━━━ EXCERPTED DATA
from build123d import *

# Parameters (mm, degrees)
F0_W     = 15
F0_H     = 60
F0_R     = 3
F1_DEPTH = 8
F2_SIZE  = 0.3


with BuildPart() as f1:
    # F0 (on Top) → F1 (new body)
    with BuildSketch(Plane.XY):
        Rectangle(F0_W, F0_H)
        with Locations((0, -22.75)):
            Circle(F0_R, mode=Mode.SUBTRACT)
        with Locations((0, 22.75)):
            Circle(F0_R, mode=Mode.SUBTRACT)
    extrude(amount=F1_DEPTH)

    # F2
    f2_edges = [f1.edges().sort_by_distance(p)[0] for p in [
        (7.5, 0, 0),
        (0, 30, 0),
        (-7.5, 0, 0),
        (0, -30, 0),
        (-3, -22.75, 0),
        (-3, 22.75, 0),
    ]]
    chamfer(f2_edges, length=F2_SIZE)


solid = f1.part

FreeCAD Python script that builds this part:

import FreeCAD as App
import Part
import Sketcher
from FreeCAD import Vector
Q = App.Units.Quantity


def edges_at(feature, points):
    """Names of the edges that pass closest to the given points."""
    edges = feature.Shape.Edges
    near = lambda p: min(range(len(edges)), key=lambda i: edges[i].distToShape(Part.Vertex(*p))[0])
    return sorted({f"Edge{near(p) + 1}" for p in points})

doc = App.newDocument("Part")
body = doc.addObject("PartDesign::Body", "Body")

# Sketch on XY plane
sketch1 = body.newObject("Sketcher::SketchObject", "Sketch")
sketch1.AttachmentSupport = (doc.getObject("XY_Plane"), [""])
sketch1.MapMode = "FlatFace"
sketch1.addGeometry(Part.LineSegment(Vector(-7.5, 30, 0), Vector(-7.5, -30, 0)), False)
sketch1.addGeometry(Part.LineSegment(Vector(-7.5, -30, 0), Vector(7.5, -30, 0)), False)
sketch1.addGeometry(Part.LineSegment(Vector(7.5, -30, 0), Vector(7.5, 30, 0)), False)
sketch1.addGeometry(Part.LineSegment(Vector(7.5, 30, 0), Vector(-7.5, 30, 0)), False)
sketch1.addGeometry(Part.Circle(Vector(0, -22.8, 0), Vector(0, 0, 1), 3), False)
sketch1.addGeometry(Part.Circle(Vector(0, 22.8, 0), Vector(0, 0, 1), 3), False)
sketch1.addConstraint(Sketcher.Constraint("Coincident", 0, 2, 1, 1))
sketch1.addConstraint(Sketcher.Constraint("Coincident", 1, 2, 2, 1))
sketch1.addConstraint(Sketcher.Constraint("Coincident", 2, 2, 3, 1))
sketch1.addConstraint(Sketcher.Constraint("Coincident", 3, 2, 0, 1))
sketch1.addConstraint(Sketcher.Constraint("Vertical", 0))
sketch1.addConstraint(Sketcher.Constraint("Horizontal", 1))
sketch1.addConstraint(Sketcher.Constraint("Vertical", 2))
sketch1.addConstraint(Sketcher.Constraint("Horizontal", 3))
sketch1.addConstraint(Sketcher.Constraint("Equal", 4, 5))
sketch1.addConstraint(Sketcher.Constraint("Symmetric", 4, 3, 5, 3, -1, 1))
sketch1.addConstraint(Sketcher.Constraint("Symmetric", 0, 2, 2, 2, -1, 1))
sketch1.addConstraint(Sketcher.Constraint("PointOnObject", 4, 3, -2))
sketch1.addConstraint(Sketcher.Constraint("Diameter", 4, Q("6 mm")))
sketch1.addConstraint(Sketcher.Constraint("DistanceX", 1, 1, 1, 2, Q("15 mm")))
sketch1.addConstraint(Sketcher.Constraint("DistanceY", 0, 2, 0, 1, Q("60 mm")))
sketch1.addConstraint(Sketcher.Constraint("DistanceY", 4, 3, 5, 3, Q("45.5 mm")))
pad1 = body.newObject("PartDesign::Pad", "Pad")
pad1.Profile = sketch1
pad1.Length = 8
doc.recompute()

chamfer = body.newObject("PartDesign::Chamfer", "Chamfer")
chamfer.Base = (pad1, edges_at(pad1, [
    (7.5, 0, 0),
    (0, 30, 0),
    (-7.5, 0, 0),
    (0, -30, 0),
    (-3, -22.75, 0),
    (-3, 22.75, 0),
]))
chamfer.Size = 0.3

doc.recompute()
━━━━━━
━━━ EXCERPTED DATA
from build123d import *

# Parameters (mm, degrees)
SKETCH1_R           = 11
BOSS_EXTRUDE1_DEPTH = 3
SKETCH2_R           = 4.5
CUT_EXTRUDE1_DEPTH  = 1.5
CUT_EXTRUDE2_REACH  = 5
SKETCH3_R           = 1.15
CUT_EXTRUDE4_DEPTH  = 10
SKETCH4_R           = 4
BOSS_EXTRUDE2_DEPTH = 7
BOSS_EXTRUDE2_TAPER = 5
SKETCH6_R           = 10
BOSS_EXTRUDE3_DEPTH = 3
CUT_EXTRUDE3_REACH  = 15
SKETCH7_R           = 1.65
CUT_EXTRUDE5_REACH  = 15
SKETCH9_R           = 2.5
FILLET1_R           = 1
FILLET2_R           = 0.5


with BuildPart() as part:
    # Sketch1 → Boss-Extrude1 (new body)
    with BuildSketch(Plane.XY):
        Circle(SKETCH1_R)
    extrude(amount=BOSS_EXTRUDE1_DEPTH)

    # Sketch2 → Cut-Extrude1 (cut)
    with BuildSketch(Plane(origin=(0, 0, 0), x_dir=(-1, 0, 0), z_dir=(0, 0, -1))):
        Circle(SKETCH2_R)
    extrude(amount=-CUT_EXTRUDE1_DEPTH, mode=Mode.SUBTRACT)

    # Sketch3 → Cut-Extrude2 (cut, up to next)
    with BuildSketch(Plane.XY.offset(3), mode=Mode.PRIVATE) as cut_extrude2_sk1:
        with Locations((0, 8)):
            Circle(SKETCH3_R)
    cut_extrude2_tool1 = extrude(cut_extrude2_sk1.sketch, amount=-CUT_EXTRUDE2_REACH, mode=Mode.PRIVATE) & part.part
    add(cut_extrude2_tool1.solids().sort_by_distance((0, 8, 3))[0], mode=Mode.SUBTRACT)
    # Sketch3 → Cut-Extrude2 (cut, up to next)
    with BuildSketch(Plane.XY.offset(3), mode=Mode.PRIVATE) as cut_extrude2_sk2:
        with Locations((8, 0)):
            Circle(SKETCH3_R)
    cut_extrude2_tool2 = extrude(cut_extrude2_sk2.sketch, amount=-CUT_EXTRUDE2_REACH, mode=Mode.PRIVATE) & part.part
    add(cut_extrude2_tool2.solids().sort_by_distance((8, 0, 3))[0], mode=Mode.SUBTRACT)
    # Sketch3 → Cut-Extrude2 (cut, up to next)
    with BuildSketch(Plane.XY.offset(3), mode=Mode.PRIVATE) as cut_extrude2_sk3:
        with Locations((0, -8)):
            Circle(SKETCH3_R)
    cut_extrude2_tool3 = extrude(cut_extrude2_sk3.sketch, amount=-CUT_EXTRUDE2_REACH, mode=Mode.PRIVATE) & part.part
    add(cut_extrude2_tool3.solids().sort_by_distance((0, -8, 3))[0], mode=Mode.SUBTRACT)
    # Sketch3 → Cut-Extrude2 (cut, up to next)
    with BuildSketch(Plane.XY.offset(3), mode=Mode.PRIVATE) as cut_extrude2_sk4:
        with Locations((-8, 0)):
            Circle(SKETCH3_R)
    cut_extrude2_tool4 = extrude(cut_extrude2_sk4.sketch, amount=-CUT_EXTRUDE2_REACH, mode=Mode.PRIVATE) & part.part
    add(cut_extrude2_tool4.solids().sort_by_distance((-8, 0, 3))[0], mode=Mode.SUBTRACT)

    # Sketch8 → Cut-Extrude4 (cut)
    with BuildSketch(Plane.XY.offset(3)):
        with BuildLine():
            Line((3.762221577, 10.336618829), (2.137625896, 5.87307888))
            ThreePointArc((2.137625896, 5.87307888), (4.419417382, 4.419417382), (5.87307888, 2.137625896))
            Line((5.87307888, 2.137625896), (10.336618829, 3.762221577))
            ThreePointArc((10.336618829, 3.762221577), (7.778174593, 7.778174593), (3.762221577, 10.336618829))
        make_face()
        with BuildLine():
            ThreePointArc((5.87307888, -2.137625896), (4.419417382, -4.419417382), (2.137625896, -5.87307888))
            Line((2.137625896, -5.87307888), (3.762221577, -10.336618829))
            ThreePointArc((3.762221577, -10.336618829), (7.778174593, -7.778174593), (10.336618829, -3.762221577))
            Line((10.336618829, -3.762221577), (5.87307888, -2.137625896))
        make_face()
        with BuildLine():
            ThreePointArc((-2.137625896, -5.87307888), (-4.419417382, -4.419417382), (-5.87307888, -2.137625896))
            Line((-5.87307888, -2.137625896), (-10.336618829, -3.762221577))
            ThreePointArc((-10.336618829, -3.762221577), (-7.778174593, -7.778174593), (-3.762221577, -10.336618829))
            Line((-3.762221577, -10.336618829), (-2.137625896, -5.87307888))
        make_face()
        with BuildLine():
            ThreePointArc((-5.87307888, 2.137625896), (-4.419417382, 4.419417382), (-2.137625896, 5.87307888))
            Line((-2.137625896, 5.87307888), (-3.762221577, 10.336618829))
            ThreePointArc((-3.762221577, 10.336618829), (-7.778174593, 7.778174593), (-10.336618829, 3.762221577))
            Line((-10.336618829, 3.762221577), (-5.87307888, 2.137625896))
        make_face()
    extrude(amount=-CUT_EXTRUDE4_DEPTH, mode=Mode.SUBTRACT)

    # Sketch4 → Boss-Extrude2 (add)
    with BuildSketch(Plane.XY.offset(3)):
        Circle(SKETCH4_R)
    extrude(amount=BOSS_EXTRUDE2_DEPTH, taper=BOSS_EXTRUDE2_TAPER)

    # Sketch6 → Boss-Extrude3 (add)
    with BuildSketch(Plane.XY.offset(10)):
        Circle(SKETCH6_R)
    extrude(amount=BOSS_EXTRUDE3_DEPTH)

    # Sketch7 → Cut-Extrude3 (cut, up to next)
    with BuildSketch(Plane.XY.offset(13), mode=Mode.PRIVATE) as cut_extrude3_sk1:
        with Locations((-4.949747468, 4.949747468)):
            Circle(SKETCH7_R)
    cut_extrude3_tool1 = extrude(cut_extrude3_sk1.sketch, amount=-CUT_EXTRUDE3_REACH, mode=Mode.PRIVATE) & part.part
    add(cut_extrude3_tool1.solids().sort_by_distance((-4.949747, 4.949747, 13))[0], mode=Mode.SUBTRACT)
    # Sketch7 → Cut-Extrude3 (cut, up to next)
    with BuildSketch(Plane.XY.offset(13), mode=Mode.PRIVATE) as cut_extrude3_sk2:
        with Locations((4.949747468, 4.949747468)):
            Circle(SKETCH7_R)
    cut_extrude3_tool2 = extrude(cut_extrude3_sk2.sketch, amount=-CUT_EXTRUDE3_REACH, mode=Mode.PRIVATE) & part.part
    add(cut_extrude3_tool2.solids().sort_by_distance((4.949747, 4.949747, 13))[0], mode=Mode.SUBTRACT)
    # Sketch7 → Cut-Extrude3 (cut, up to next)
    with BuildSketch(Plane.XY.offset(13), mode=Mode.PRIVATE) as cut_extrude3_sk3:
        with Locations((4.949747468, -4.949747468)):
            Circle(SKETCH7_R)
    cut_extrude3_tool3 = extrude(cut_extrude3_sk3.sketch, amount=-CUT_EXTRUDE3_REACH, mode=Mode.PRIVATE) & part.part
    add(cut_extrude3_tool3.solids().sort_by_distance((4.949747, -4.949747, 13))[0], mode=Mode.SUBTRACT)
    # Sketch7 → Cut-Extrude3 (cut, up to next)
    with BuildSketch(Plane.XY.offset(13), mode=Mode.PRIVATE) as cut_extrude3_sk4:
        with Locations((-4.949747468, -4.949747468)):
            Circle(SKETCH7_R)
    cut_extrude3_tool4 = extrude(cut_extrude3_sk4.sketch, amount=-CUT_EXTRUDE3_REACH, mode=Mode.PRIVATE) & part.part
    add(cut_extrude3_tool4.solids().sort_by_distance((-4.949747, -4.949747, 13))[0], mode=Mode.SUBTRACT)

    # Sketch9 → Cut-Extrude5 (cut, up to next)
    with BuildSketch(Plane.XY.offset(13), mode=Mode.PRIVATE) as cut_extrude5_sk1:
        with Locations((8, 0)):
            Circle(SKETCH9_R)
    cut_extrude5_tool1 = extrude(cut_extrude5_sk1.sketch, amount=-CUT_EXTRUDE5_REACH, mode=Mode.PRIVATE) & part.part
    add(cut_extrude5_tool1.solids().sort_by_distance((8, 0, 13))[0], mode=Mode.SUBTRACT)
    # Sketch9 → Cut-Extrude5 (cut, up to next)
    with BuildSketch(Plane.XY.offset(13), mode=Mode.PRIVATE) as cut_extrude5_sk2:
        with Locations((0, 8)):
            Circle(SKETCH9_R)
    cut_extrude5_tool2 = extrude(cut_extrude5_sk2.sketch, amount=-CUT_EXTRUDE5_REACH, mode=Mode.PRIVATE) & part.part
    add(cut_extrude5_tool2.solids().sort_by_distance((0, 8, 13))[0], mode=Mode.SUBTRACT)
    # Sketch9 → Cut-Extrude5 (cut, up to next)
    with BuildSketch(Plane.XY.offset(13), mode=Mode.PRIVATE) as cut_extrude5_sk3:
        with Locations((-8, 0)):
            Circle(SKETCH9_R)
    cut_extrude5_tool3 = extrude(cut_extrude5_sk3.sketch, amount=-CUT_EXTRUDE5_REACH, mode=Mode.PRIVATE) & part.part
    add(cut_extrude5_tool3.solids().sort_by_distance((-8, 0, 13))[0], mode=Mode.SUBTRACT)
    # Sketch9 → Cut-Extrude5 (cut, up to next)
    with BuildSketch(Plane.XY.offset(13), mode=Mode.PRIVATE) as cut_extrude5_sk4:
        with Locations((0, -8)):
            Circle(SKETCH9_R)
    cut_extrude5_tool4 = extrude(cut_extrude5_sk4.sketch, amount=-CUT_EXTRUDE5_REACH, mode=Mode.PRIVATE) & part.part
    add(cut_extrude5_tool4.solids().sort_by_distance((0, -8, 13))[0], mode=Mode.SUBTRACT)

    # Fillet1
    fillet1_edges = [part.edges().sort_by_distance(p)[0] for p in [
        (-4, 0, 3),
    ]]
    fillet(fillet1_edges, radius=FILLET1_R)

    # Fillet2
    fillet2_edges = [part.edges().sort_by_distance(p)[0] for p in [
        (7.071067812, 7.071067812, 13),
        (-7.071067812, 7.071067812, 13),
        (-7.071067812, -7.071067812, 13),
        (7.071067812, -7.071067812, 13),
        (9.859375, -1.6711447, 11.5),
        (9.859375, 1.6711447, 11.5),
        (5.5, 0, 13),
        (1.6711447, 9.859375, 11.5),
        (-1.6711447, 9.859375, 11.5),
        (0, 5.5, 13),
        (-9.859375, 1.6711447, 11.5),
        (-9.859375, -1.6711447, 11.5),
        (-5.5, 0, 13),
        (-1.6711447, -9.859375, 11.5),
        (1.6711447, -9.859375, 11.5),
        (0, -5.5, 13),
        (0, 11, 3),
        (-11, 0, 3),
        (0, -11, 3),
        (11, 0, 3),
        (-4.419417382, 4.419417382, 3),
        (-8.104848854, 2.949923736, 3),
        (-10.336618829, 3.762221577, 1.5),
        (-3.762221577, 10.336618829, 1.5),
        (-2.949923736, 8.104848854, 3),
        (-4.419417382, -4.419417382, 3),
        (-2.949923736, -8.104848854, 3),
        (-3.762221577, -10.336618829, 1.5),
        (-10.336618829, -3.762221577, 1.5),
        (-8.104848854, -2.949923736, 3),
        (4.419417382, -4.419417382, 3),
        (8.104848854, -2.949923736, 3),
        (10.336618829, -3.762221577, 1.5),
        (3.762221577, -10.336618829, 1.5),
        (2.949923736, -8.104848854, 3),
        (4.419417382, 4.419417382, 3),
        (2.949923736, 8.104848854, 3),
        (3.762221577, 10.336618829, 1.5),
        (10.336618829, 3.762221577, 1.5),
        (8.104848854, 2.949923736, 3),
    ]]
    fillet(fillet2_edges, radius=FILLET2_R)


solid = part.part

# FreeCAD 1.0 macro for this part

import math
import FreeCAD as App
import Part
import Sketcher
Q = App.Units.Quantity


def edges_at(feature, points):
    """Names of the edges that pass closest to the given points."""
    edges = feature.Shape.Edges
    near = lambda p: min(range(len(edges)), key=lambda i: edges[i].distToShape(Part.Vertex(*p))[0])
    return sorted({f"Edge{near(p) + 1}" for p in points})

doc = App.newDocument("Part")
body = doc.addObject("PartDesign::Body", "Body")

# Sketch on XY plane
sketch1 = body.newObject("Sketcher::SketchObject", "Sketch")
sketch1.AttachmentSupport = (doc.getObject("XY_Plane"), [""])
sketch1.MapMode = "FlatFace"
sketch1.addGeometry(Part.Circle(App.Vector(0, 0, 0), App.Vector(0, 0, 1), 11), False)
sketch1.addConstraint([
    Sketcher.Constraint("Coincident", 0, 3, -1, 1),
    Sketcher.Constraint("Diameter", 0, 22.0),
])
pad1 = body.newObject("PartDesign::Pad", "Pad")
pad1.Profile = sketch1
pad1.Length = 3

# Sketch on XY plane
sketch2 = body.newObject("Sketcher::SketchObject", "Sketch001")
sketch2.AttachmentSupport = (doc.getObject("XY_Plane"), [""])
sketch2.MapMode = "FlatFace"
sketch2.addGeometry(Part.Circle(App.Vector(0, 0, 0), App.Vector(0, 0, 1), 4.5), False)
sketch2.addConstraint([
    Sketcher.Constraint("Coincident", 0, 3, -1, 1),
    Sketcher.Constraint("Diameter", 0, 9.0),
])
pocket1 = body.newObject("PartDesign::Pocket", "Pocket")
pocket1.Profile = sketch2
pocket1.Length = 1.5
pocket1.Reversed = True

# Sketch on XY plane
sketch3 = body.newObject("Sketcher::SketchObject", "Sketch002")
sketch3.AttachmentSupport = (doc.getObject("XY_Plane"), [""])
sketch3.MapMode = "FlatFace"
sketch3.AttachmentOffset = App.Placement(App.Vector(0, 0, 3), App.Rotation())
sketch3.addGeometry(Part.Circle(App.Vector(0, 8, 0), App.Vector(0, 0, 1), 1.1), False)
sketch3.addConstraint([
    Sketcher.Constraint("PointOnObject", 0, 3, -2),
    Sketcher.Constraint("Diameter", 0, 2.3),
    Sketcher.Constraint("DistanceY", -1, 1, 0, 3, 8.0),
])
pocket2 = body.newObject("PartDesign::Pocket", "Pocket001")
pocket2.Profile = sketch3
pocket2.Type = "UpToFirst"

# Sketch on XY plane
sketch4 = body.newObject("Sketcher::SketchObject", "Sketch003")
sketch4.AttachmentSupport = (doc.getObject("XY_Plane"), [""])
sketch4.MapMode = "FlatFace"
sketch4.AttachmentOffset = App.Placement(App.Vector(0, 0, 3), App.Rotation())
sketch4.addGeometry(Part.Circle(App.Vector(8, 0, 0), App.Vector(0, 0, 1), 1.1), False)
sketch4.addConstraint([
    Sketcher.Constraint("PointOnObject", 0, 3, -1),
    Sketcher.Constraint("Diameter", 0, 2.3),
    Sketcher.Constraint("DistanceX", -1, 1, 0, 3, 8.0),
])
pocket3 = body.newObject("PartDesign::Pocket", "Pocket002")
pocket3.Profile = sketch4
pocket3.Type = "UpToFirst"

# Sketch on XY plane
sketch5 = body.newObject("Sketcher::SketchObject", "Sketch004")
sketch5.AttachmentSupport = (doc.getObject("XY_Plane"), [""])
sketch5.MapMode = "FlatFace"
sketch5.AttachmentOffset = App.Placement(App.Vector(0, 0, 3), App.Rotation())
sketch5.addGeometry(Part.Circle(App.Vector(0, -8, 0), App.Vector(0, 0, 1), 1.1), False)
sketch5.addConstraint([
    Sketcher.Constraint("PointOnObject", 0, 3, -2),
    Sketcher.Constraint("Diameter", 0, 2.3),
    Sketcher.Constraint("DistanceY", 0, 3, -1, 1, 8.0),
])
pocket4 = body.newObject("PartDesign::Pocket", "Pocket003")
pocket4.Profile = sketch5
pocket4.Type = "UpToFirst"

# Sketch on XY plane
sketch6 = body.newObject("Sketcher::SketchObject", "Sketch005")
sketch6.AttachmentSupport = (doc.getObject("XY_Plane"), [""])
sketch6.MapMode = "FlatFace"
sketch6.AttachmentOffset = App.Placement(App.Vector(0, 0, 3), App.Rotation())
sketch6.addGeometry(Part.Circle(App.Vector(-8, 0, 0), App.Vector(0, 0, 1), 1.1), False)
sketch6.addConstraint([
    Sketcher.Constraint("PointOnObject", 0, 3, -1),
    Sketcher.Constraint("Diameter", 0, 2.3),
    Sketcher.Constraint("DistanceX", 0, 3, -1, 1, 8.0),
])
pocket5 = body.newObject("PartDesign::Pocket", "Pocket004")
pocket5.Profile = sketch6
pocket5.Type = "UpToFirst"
━━━━━━
#### YOUR INSTRUCTIONS
The number of lines above containing the word "this" is all that should be returned.

#### OUTPUT OF THE EXERCISE
2